However, a few cases of ARN induced by acenocumarol3,10 have recently been reported. On this basis, regular assessment of kidney function and coagulation during the first three months of treatment is strongly recommended, and deterioration of renal function should immediately raise the hypothesis of ARN1.

NOAC were developed to overcome the disadvantages of VKA and there are now three drugs recently approved for long-term anticoagulation: these include a thrombin inhibitor (dabigatran), and two factor Xa inhibitors (rivaroxaban and apixaban)5. NOAC have a predictable pharmacokinetic and dynamics profile, and routine coagulation evaluation in not required5. Many clinical trials have shown non-inferiority of NOAC as compared to VKA, and no significant differences between NOAC and VKA with respect to major bleedings5,6. NOAC are alternative to VKA that are being increasingly precribed1, but some cases of ARN induced by dabigatran have been reported4,7,11,12.

Rivaroxaban was approved for clinical use in 2012 and has 66% renal elimination5; it is contra-indicated when creatinine clearance is < 15 mL/min and doses should be reduced if clearance is 15–49 mL/min13.

There are some cases of rivaroxaban-associated acute interstitial nephritis14, but none of ARN related to rivaroxaban.

The pathophysiological mechanisms underlying ARN are complex and imply disruption of glomerular filtration barrier with subsequent haemorrhage into Bowman´s space and renal tubules, causing obstruction and ischemia1,4. VKA decrease thrombin activity, and therefore there is underactivation of protease activated receptor-1 (PAR-1), a receptor for thrombin expressed in endothelial cells engaged in the regulation of endothelial functions, vascular permeability, leucocyte migration and adhesion4,7. Activation of PAR-1 is important for maintaining endothelial integrity, and reduction of thrombin levels induced by anticoagulants (VKA or dabigatran) enhances glomerular haemorrhage7,10,15.

There is some evidence that interstitial haemorrhage is also important in the development of ARN, increasing oxidative stress in the kidney4,7,11. Tubular cells are very sensitive to toxic heme proteins, which can further increase oxygen-radical formation, contributing to tubular and interstitial damage11,16.

Risk factors for development of ARN are previous CKD, age, arterial hypertension, diabetic nephropathy, glomerulonephritis and heart failure10.

On kidney biopsy, typical histological features of ARN are the presence of occlusive RBC casts, acute tubular necrosis and interstitial haemorrhage1,4.

Renal prognosis depends on the presence of glomerulosclerosis and the degree of tubulointerstitial fibrosis, and kidney function will stabilize or improve in the absence of these histological lesions10.

Treatment of ARN includes returning INR to a therapeutic range10, and there is evidence that N-acetylcysteine prevents acute kidney injury due to its antioxidant effect17.

To the best of our knowledge, this is the first case of a biopsy-proven of ARN secondary to rivaroxaban.

As mentioned above, ARN is defined as AKI without other plausible aetiology in the setting of an INR > 3.0 because it was first described in association with warfarin, but NOAC are also responsible for new cases of ARN. Although NOAC can interfere with the determination of PT and INR, these laboratory tests are not suitable for NOAC18, so the initially conceived definition of ARN may be no longer correct and should be further revised.

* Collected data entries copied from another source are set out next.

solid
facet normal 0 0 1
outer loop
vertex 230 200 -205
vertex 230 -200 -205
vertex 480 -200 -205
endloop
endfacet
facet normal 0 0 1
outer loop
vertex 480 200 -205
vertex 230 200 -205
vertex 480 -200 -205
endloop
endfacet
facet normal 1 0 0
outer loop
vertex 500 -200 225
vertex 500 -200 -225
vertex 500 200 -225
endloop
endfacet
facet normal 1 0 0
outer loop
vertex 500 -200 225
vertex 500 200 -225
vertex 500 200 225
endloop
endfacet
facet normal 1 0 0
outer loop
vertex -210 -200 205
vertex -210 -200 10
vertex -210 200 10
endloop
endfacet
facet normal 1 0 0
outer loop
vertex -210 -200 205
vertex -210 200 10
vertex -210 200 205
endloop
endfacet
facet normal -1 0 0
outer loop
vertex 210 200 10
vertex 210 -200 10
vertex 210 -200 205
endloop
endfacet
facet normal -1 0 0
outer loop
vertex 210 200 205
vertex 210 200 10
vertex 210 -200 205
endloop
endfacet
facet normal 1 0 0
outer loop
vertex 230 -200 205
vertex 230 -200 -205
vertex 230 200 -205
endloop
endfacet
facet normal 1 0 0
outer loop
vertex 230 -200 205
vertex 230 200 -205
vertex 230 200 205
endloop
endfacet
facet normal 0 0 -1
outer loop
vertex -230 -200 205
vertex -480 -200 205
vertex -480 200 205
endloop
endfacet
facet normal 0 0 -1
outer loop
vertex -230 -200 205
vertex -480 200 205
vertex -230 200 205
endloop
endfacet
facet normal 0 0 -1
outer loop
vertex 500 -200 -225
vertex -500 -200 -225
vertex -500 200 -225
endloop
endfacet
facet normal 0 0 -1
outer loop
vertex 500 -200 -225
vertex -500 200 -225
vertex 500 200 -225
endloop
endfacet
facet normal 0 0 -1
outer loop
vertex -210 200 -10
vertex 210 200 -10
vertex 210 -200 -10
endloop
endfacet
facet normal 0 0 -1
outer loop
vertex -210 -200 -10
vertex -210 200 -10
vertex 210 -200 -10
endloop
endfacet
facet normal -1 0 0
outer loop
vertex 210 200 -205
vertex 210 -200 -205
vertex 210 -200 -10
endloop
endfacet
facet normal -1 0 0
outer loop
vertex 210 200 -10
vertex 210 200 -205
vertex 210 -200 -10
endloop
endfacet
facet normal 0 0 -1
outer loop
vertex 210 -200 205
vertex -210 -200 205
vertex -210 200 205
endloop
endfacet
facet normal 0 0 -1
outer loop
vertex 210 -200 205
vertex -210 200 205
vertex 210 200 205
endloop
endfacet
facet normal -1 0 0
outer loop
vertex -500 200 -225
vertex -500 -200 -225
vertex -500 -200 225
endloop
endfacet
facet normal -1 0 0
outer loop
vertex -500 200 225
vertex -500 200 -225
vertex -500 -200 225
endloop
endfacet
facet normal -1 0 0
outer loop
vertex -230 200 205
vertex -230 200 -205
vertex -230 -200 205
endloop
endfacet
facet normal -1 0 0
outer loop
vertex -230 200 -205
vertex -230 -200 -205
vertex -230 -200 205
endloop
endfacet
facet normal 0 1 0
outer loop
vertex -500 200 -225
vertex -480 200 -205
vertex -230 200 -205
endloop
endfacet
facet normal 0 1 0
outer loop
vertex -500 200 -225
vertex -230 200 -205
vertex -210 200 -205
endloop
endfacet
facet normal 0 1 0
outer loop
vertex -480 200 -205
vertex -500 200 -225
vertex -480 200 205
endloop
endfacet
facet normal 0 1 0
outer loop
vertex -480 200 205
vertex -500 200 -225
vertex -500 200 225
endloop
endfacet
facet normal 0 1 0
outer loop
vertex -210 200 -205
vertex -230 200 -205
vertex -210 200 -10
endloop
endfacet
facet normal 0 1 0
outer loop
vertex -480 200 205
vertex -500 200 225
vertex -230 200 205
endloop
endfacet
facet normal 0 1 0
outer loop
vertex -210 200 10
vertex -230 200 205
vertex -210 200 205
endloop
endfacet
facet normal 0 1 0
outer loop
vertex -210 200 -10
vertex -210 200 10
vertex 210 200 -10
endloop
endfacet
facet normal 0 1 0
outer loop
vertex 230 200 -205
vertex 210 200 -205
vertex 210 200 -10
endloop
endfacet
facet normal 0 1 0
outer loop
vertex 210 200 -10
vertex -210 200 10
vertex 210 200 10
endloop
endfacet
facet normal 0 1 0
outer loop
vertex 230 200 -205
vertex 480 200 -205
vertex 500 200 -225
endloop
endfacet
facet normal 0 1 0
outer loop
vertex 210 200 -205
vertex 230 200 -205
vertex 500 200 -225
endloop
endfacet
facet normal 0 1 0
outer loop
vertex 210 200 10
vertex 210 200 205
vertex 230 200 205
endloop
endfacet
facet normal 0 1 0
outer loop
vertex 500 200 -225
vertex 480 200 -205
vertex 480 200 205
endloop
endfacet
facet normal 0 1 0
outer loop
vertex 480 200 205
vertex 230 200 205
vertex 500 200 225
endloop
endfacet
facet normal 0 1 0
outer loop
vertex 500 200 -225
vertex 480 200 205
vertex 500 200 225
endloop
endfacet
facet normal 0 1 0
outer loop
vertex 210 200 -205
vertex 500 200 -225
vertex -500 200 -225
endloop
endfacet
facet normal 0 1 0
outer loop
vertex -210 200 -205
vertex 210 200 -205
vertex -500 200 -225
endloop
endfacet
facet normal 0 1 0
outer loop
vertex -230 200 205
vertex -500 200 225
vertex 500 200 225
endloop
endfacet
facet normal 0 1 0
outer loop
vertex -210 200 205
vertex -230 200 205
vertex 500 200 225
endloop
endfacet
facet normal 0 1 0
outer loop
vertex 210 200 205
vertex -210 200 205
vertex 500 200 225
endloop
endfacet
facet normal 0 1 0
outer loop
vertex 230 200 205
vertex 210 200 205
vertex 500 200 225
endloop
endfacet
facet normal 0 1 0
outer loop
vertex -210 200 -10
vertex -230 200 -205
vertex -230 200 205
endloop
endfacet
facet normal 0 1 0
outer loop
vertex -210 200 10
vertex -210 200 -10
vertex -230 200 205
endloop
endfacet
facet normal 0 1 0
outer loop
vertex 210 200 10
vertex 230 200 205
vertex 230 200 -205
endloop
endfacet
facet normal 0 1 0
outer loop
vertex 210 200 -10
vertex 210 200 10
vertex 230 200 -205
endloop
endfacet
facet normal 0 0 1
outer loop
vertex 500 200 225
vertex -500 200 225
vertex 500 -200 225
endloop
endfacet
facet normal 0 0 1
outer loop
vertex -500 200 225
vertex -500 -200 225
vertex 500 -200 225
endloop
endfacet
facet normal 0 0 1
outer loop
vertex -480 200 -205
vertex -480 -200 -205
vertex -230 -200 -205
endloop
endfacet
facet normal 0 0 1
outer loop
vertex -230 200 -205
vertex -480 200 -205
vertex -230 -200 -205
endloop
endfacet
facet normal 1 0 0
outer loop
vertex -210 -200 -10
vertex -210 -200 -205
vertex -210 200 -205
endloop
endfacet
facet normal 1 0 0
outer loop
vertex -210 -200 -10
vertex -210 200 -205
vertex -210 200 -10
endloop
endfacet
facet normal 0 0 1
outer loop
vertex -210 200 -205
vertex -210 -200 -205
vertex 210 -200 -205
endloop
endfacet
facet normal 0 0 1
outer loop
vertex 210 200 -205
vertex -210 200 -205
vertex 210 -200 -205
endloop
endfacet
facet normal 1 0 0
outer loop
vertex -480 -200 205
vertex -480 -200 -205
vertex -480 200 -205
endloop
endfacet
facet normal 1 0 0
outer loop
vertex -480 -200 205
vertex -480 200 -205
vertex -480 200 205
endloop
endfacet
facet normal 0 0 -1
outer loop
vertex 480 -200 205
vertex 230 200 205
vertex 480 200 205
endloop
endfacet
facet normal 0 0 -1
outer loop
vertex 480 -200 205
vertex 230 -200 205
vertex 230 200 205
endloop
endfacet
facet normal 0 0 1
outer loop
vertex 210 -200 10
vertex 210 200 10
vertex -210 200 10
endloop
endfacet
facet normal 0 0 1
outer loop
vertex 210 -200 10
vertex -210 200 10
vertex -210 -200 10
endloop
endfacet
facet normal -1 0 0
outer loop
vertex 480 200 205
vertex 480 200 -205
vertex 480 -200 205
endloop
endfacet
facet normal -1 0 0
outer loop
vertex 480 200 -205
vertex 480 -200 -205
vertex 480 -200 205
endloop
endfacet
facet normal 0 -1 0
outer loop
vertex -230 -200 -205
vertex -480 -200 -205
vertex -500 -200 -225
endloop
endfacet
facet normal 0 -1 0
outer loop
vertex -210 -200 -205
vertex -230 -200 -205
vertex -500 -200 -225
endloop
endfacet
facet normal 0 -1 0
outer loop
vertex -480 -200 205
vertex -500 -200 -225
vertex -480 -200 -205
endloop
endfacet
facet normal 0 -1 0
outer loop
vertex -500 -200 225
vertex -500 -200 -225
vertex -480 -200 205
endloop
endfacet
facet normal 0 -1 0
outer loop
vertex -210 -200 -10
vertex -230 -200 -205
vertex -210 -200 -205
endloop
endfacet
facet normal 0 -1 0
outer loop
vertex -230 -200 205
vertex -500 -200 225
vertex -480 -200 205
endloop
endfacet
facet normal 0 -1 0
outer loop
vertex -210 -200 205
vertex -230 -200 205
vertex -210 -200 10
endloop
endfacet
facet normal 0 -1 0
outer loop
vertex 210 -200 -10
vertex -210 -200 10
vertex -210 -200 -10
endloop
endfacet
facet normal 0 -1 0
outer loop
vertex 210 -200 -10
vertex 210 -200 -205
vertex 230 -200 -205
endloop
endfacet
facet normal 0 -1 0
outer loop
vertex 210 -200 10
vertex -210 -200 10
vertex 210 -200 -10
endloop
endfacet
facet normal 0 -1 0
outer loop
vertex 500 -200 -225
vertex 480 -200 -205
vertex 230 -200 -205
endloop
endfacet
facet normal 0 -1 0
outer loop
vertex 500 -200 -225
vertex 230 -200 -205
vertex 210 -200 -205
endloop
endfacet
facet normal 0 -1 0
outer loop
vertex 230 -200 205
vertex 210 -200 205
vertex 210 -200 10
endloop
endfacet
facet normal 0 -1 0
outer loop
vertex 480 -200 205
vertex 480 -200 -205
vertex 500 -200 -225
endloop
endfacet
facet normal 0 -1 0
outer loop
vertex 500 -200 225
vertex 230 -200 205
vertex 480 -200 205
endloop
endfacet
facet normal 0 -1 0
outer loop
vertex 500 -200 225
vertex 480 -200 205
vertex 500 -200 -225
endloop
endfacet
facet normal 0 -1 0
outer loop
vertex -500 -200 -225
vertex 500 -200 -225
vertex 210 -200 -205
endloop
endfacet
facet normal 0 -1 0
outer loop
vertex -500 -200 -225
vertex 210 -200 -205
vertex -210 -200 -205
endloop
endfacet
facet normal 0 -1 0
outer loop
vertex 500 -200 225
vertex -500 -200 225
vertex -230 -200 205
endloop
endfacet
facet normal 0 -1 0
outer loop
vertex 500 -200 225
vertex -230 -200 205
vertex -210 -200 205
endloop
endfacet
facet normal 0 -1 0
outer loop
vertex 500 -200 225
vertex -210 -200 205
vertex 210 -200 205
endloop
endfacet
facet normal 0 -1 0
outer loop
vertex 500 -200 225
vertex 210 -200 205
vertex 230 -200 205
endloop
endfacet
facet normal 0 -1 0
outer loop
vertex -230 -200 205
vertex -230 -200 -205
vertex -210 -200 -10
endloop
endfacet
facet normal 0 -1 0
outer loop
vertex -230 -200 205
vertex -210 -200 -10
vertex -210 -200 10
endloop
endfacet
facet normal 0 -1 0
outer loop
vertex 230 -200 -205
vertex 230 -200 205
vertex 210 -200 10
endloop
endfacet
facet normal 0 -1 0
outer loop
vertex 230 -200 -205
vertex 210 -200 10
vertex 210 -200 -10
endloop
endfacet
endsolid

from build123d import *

# Parameters (mm, degrees)
F0_W     = 1000
F0_H     = 450
F0_W_2   = 250
F0_H_2   = 410
F0_W_3   = 420
F1_DEPTH = 200
F2_W     = 400
F2_H     = 20
F3_DEPTH = 420


# Not quite as in the source:
# - a feature names something its author has since deleted; it is built from what else it names


with BuildPart() as f1:
    # F0 (on Front) → F1 (new body, symmetric)
    with BuildSketch(Plane.XZ):
        Rectangle(F0_W, F0_H)
        with Locations((-355, 0)):
            Rectangle(F0_W_2, F0_H_2, mode=Mode.SUBTRACT)
        Rectangle(F0_W_3, F0_H_2, mode=Mode.SUBTRACT)
        with Locations((355, 0)):
            Rectangle(F0_W_2, F0_H_2, mode=Mode.SUBTRACT)
    extrude(amount=F1_DEPTH, both=True)

    # F2 (on face) → F3 (join, through all)
    with BuildSketch(Plane(origin=(210, 0, 0), x_dir=(0, -1, 0), z_dir=(-1, 0, 0))):
        Rectangle(F2_W, F2_H)
    extrude(amount=F3_DEPTH)


solid = f1.part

While NOAC are widely prescribed drugs that have recently been approved for long-term anticoagulation, little is known about their safety with respect to renal function and kidney outcomes, as well as haemorrhagic complications. Emerging evidence that NOAC can have many bleeding complications is increasing4. Close monitoring of coagulation by determination of activity of target coagulation factors or the measurement of circulating drugs can actually be a useful tool in minimizing side effects, unlike what was first promoted5.

Our patient was at a very high risk of development of ARN, in light of her advanced age, absence of regular evaluation of renal function, medical history of diabetes, arterial hypertension, heart failure, treatment with angiotensin converting enzyme inhibitors, and unknown CKD as demonstrated by renal biopsy. Her kidney function was previously normal as a result of adaptive mechanism due to glomerular hyperfiltration, and it is likely to be overestimated with the reduced muscular mass common in the elderly. During aging, there is a drop in the glomerular filtration rate (GFR) and decreased creatinine production as a consequence of sarcopaenia, so serum creatinine does not necessarily increase with a fall in the GFR19. Our patient experienced rapid progression to end-stage renal disease due to reduction of the functioning tubules after gross haematuria, in the presence of severe signs of chronic damage secondary to arterial hypertension and aging found on renal biopsy (glomerulosclerosis, chronic interstitial nephritis, tubular atrophy and intima thickness).

In conclusion, ARN is an important clinical problem related to NOAC, with profound impact on morbidity and mortality. Screening for risk factors is essential to avoid poor renal outcomes, and previous CKD is the strongest risk factor for ARN. Particular attention should be given to older patients, even those with normal renal function, since the aging process determines loss of renal mass that is accompanied by adaptive mechanisms such as glomerular hyperfiltration, making these patients more vulnerable to the development of kidney disease. Estimating GFR in the elderly remains a difficult task and creatinine-based equations have their own limitations, with repercussions in the NOAC dose prescribed. More clinical data on and experience in haemorrhagic complications and renal adverse effects of NOAC, as well regular kidney function evaluation, are essential.

 

References

1. Wheeler DS, Giugliano RP, Rangaswami J. Anticoagulation-related nephropathy. J Thromb Haemost 2016;14:461–467.         [ Links ]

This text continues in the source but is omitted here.